Context is a finite resource. How you manage it determines whether the end of a session is as useful as the beginning.

Structure long sessions deliberately

If a session will span multiple subtasks, front-load the context you'll need throughout: the relevant file contents, the constraints, the end goal. Don't add context mid-session if you can avoid it — earlier additions are more reliably recalled than later ones.

When to use /clear

Use /clear (or equivalent context reset) when:

Don't use /clear mid-task if the LLM is doing well. The context it has about what you've already done is valuable. The goal is to reset when the accumulated context is hurting more than helping — not just when the context window gets large.

When to continue versus restart fresh

Continue the session when: you're building on work the LLM already knows about, referencing code it wrote, or iterating on a design it understands. Restart fresh when: the problem domain is different, you got a bad output and want a clean slate, or you're starting the next day's work (stale sessions aren't worth loading).

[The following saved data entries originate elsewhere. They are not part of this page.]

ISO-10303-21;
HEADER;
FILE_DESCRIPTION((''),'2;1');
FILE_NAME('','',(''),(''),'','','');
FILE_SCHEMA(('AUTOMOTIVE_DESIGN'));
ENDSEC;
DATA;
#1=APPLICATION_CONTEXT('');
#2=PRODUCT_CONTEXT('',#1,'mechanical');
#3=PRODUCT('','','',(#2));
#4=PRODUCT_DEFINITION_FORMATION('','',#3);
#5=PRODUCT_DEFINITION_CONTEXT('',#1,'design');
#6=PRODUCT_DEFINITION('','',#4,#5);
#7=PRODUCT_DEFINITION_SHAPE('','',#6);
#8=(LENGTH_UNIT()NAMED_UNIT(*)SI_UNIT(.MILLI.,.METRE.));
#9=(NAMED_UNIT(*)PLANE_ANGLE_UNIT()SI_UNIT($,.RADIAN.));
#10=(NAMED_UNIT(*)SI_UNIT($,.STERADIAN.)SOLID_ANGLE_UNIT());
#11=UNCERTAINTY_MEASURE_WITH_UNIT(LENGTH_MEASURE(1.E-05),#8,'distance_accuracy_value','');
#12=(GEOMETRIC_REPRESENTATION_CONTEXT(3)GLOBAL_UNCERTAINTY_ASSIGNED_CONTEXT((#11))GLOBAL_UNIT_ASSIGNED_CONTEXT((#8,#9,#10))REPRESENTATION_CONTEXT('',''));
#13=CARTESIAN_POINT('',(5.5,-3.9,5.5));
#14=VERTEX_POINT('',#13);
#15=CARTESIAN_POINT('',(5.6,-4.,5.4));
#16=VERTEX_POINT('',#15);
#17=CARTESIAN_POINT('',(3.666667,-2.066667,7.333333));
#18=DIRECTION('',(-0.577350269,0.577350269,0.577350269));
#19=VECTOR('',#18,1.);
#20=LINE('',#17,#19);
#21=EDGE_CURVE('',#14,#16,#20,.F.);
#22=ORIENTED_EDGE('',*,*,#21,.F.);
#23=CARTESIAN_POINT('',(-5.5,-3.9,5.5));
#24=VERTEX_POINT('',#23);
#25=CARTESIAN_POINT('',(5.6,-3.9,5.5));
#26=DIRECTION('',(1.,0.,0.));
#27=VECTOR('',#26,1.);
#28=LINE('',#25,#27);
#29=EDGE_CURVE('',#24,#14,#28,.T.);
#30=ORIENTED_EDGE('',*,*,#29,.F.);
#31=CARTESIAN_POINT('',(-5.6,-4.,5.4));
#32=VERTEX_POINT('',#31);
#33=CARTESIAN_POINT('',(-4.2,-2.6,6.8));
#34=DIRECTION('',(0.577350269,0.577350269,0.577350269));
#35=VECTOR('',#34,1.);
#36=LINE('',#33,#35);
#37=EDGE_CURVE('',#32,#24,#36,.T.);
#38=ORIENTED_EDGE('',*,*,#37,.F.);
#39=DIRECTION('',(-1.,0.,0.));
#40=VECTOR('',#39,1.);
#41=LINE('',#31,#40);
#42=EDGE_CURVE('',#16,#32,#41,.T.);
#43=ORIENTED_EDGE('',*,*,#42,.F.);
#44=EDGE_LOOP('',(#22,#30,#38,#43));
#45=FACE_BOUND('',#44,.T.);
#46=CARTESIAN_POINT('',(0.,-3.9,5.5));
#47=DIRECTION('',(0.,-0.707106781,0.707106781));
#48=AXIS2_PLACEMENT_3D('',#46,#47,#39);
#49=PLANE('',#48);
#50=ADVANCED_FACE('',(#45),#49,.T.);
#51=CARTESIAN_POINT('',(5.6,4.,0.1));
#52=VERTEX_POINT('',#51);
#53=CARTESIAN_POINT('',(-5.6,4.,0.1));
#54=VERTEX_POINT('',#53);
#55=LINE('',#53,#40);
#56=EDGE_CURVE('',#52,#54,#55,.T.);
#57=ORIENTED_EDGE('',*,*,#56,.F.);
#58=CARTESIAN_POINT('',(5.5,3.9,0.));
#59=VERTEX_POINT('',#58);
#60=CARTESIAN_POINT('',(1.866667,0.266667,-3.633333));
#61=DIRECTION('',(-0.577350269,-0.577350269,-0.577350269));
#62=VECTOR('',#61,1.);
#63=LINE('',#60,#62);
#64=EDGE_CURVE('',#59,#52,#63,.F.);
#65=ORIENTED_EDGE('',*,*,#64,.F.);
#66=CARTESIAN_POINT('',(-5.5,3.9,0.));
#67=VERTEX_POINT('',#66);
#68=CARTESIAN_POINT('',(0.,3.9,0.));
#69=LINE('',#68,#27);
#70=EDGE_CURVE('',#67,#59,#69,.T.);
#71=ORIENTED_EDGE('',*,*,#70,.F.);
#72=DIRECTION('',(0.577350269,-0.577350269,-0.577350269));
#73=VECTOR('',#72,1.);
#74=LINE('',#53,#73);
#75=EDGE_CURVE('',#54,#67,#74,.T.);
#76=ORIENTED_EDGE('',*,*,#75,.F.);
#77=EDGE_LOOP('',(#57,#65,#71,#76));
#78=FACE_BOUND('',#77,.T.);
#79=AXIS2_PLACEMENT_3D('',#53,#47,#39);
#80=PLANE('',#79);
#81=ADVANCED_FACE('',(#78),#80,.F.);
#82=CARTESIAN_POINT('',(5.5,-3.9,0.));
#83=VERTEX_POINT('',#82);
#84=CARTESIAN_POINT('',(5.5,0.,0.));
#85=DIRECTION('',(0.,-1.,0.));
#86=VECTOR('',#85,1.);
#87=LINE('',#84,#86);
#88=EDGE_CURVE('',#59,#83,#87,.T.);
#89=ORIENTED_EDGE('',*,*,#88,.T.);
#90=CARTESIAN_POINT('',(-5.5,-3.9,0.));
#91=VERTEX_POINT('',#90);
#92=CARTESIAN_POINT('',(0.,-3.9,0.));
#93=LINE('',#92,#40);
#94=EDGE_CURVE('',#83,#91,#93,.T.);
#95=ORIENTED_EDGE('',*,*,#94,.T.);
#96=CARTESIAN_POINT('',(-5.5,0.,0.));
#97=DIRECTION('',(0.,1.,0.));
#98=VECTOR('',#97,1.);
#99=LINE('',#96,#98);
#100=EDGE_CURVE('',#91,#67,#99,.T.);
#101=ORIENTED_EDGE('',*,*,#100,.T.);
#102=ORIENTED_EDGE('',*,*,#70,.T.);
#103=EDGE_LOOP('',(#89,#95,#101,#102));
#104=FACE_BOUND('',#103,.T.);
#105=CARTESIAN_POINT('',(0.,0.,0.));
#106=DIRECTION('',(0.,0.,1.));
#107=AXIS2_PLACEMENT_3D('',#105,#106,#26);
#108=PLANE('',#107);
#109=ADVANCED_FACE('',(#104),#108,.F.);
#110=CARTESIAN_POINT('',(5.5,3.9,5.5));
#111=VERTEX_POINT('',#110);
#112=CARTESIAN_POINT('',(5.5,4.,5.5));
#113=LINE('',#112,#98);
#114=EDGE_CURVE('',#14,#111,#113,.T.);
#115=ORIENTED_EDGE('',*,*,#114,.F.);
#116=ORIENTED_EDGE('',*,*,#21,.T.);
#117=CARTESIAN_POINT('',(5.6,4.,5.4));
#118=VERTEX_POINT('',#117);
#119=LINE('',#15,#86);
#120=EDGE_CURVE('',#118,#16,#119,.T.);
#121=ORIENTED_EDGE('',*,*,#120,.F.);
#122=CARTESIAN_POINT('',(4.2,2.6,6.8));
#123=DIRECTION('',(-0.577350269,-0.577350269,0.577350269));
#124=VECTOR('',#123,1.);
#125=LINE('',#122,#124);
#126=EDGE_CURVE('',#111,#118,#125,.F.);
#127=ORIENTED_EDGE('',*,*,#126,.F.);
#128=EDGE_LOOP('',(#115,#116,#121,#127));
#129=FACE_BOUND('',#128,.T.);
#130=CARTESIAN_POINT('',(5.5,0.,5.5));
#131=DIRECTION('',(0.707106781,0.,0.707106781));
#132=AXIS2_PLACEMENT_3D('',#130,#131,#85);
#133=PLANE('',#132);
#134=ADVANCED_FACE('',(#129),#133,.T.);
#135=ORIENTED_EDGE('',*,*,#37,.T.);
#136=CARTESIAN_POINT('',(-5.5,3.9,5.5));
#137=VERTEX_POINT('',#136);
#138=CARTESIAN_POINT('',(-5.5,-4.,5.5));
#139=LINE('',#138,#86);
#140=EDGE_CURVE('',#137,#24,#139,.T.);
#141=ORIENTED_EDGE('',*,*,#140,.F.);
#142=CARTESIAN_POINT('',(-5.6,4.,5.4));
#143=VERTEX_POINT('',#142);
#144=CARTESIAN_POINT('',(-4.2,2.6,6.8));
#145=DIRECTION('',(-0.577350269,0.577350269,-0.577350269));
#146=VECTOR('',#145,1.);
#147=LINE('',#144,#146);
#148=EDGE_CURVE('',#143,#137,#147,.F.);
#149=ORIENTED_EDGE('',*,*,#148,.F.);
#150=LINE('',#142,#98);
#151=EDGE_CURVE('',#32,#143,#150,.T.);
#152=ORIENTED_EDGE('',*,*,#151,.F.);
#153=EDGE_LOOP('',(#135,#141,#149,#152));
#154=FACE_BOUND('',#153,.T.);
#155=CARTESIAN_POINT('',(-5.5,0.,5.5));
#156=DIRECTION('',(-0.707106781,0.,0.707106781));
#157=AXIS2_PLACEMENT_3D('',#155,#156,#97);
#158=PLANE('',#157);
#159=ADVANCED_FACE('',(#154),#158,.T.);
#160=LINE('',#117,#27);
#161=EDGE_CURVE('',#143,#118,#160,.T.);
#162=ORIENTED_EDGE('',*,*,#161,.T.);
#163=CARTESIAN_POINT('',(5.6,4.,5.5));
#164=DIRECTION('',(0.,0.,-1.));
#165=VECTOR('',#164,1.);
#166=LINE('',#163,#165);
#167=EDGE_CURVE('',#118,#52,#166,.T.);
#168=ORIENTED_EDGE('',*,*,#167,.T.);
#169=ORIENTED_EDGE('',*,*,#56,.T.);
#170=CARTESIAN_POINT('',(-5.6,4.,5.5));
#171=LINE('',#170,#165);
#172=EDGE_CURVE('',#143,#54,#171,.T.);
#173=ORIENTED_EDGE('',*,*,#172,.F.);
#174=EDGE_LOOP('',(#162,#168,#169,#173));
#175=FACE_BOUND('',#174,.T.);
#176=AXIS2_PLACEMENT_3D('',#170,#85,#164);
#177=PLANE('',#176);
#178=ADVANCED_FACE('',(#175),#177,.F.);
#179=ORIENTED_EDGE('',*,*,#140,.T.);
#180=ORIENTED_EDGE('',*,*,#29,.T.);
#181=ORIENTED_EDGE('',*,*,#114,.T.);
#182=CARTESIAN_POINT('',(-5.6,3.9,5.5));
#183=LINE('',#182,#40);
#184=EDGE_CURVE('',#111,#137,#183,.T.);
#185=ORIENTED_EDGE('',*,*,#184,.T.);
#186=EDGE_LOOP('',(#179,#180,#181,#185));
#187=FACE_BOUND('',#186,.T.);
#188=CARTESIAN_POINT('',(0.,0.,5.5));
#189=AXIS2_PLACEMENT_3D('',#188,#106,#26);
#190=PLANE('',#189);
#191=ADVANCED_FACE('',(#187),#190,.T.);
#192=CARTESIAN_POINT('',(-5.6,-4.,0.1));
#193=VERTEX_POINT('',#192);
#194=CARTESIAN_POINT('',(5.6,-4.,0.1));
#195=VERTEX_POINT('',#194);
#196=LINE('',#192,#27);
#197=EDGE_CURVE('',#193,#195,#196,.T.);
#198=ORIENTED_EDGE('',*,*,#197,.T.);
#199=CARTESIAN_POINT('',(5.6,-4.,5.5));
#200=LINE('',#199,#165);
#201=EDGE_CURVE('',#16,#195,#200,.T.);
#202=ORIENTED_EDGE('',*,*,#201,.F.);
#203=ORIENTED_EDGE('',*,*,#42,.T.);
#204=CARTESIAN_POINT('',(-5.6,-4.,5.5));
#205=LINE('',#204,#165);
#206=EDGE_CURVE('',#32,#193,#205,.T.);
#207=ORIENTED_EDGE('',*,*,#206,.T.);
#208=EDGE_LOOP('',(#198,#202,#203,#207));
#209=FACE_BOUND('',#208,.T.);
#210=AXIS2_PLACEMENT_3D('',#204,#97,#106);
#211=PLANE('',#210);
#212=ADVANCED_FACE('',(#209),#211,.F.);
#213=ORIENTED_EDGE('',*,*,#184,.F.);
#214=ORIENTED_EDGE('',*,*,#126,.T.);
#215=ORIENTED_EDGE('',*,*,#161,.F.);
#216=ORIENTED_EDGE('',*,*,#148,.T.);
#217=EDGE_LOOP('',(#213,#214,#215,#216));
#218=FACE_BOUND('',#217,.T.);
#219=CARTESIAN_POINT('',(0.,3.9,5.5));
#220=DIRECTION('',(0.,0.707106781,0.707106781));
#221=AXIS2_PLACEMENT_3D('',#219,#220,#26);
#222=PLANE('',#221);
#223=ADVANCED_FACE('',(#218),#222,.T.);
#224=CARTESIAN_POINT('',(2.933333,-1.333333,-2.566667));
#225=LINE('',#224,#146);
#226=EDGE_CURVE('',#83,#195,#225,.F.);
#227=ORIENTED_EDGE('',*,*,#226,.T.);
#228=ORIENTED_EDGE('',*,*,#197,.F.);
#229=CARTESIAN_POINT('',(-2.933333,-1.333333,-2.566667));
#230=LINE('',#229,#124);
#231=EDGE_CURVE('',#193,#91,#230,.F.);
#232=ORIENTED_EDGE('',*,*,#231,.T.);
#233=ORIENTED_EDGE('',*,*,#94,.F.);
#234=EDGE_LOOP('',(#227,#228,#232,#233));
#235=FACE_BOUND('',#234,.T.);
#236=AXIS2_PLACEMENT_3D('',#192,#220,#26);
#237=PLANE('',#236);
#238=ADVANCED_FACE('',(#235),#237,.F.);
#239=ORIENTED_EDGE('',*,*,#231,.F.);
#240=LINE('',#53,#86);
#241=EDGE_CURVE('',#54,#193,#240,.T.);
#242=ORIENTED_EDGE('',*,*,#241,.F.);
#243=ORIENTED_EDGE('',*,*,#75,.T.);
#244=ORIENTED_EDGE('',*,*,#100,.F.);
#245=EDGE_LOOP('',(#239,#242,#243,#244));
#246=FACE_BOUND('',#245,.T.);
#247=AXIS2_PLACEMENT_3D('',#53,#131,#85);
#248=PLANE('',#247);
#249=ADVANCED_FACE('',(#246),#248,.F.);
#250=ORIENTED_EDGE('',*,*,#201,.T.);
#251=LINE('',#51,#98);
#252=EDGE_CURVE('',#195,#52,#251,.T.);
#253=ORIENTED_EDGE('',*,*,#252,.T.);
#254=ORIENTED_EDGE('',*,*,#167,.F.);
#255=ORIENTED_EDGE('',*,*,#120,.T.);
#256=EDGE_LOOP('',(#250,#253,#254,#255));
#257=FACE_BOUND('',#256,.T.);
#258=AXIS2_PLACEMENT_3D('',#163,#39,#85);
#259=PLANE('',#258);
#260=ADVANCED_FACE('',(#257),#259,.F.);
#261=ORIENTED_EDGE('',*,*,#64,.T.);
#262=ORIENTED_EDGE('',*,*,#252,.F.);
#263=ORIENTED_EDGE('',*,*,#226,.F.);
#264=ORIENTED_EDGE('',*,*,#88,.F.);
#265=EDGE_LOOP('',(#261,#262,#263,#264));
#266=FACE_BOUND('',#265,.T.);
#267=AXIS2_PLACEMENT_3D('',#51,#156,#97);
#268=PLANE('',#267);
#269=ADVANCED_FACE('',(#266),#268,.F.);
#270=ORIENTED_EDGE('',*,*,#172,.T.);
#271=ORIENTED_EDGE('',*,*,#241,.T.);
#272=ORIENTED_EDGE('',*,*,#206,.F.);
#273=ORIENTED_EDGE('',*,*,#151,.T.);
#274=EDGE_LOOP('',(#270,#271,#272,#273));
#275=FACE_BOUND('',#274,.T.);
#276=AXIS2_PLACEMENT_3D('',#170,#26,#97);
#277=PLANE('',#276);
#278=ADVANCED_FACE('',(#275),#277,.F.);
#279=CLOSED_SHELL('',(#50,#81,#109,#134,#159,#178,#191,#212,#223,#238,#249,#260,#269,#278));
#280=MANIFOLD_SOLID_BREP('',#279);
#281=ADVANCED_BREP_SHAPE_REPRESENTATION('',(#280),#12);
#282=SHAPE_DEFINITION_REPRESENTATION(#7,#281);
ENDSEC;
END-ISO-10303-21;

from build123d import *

# Parameters (mm, degrees)
ESQUISSE1_W        = 11.2
ESQUISSE1_H        = 8
BOSS_EXTRU_1_DEPTH = 5.5
CHANFREIN1_SIZE    = 0.1


with BuildPart() as part:
    # Esquisse1 → Boss.-Extru.1 (new body)
    with BuildSketch(Plane.XY):
        Rectangle(ESQUISSE1_W, ESQUISSE1_H)
    extrude(amount=BOSS_EXTRU_1_DEPTH)

    # Chanfrein1
    chanfrein1_edges = [part.edges().sort_by_distance(p)[0] for p in [
        (5.6, 0, 5.5),
        (0, 4, 5.5),
        (-5.6, 0, 5.5),
        (0, 4, 0),
        (5.6, 0, 0),
        (0, -4, 0),
        (-5.6, 0, 0),
        (0, -4, 5.5),
    ]]
    chamfer(chanfrein1_edges, length=CHANFREIN1_SIZE)


solid = part.part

CLAUDE.md makes fresh sessions low-cost. If the project context is in the file, a fresh session isn't starting from zero — it's starting from a good baseline.

Red flags

Signs that you're using LLMs in ways that will cost you:

Red flag

Copy-pasting without reading. If you're moving generated code into your project without reading it, you're accepting unknown behavior. Generated code isn't automatically correct. It's a draft that needs review. Treat it like a code review, not a free pass.

Red flag

No tests on generated code. If the LLM generates a function and you ship it without tests, you now own an untested function. The fact that an LLM wrote it doesn't change the quality bar. Write the test, make sure it passes, then commit.

Red flag

Ignoring hallucination in library calls. LLMs frequently invent API methods that don't exist, or use methods with the wrong signature. This is especially common for newer libraries with less training data. Always check generated library calls against the actual docs before running them in any non-trivial context.

Red flag

Using the LLM as the source of truth for security decisions. "Is this SQL query safe from injection?" is a reasonable LLM question for learning. Shipping the code because the LLM said it was safe is not a sufficient security review. LLMs make confident mistakes on security-sensitive code.

Red flag

Asking for too much at once. If your prompt is three paragraphs describing a complex feature, you're going to get a complex output you'll spend an hour reviewing. Break it down. The friction is a feature — it forces you to think through the steps before generating.

None of these make LLMs not worth using. They make them worth using carefully. The developers I've seen get the most out of LLMs are also the ones who review generated code most critically — not because they distrust the tool, but because they've learned where it fails.